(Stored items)
··········
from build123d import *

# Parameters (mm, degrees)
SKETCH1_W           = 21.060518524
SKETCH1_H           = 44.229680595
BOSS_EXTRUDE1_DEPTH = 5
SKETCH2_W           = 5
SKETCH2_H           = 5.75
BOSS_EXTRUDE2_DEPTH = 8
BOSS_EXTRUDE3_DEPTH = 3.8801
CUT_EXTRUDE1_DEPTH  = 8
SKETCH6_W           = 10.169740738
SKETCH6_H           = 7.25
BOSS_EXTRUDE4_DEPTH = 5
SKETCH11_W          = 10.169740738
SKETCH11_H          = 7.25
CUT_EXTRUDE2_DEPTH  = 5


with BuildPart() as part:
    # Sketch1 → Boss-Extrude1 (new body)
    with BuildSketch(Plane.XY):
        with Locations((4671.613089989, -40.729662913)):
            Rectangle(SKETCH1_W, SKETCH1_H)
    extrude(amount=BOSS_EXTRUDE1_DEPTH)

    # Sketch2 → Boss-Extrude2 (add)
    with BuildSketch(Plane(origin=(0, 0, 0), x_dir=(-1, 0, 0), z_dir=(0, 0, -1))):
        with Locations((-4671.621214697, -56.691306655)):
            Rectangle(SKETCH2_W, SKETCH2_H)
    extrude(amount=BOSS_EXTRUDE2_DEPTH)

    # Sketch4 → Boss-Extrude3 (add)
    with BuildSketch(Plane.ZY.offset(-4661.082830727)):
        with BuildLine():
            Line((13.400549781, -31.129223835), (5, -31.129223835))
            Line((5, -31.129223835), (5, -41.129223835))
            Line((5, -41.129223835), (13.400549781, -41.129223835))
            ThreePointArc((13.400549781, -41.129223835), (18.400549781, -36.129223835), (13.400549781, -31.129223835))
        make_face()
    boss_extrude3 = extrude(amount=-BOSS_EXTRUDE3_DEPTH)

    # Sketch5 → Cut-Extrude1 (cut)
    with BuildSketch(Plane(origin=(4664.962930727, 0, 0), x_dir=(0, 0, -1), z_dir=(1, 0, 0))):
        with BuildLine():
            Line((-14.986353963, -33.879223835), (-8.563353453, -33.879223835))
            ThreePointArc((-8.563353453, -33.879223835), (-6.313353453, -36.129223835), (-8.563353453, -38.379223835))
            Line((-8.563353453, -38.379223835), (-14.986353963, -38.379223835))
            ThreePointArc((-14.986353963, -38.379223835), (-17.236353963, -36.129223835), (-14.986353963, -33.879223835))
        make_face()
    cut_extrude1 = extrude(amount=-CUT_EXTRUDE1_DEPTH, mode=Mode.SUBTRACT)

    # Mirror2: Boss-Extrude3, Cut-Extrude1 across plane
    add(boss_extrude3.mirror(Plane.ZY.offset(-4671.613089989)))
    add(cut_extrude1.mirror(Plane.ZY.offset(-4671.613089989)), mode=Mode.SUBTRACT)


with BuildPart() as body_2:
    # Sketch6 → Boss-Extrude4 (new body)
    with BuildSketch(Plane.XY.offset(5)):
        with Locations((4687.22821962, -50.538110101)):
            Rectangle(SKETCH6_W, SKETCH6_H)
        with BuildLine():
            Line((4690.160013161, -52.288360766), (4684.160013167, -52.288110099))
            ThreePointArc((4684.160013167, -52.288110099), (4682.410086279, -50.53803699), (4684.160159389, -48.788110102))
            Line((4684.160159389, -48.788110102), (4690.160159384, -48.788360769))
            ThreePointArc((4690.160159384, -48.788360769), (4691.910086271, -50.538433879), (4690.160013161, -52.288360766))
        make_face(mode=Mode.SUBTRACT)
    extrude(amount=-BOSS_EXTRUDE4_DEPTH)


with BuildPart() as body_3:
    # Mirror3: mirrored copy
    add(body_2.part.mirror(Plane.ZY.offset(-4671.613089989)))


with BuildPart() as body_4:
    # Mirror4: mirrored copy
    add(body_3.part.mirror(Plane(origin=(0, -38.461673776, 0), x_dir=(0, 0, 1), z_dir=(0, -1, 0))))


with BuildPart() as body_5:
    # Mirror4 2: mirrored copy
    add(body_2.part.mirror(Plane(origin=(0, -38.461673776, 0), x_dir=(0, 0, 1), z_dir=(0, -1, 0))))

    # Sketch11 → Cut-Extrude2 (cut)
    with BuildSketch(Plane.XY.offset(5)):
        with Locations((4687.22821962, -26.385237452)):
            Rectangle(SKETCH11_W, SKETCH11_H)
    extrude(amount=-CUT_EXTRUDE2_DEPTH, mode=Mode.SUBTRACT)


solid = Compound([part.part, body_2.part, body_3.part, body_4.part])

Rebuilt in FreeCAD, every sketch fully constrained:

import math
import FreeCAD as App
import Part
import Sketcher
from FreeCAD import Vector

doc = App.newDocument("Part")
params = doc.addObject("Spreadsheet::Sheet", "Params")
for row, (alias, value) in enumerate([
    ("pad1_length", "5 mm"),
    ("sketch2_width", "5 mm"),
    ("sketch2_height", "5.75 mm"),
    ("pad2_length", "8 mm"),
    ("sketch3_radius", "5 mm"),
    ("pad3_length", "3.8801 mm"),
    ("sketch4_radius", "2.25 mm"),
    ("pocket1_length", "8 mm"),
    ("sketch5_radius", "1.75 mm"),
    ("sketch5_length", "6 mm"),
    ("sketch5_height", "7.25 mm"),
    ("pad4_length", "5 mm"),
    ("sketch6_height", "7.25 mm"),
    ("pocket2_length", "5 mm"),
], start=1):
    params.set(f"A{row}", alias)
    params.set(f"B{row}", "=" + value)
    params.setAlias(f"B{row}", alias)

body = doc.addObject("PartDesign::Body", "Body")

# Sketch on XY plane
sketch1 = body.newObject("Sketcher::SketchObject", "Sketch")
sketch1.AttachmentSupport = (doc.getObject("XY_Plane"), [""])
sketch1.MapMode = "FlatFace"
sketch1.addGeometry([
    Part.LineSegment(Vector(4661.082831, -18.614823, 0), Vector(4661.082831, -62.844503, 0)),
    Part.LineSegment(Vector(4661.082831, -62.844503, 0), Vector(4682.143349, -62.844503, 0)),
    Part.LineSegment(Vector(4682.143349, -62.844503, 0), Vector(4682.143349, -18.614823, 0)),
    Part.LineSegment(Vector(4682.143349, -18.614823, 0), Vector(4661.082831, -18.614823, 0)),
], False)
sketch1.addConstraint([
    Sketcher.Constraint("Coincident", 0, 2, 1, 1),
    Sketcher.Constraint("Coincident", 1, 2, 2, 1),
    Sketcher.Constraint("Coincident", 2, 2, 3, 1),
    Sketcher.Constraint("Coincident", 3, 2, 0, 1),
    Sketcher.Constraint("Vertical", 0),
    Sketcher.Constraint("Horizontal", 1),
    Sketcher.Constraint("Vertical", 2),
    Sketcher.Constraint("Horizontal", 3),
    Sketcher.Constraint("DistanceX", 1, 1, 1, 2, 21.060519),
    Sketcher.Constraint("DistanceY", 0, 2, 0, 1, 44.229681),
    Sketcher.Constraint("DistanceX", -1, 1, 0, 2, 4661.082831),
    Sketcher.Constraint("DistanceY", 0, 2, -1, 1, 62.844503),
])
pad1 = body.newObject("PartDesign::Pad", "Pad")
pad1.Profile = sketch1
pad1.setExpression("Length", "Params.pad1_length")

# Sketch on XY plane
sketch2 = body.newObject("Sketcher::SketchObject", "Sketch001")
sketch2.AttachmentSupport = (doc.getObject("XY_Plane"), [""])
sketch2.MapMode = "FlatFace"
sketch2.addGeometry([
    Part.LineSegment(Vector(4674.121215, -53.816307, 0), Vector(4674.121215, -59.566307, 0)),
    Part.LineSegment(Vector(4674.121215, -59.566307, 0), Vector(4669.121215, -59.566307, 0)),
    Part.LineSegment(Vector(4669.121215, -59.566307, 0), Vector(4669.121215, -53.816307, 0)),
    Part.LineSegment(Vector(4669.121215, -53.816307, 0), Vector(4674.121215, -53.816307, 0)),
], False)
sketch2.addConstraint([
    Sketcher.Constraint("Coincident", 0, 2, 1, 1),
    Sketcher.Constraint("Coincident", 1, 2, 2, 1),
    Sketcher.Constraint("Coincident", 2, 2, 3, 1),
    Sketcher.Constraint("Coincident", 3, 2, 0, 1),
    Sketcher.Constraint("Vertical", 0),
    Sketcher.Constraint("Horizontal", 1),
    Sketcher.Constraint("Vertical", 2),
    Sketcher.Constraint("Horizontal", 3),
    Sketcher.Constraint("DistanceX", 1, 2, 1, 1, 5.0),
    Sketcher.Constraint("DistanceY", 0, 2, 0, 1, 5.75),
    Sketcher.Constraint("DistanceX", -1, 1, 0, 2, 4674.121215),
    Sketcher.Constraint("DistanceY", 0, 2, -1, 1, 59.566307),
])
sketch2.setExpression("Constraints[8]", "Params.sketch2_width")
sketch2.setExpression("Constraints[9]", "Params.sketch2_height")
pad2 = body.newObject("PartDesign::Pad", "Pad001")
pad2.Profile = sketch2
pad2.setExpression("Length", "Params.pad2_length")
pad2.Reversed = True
··········
Exercise directions:
Nothing should appear in the answer except the lines above from the line with "Rectangle(SKETCH11_W, SKETCH11_H)" through the line with "Rebuilt in FreeCAD, every", both included, written out exactly.

Output for this task:
            Rectangle(SKETCH11_W, SKETCH11_H)
    extrude(amount=-CUT_EXTRUDE2_DEPTH, mode=Mode.SUBTRACT)


solid = Compound([part.part, body_2.part, body_3.part, body_4.part])

Rebuilt in FreeCAD, every sketch fully constrained:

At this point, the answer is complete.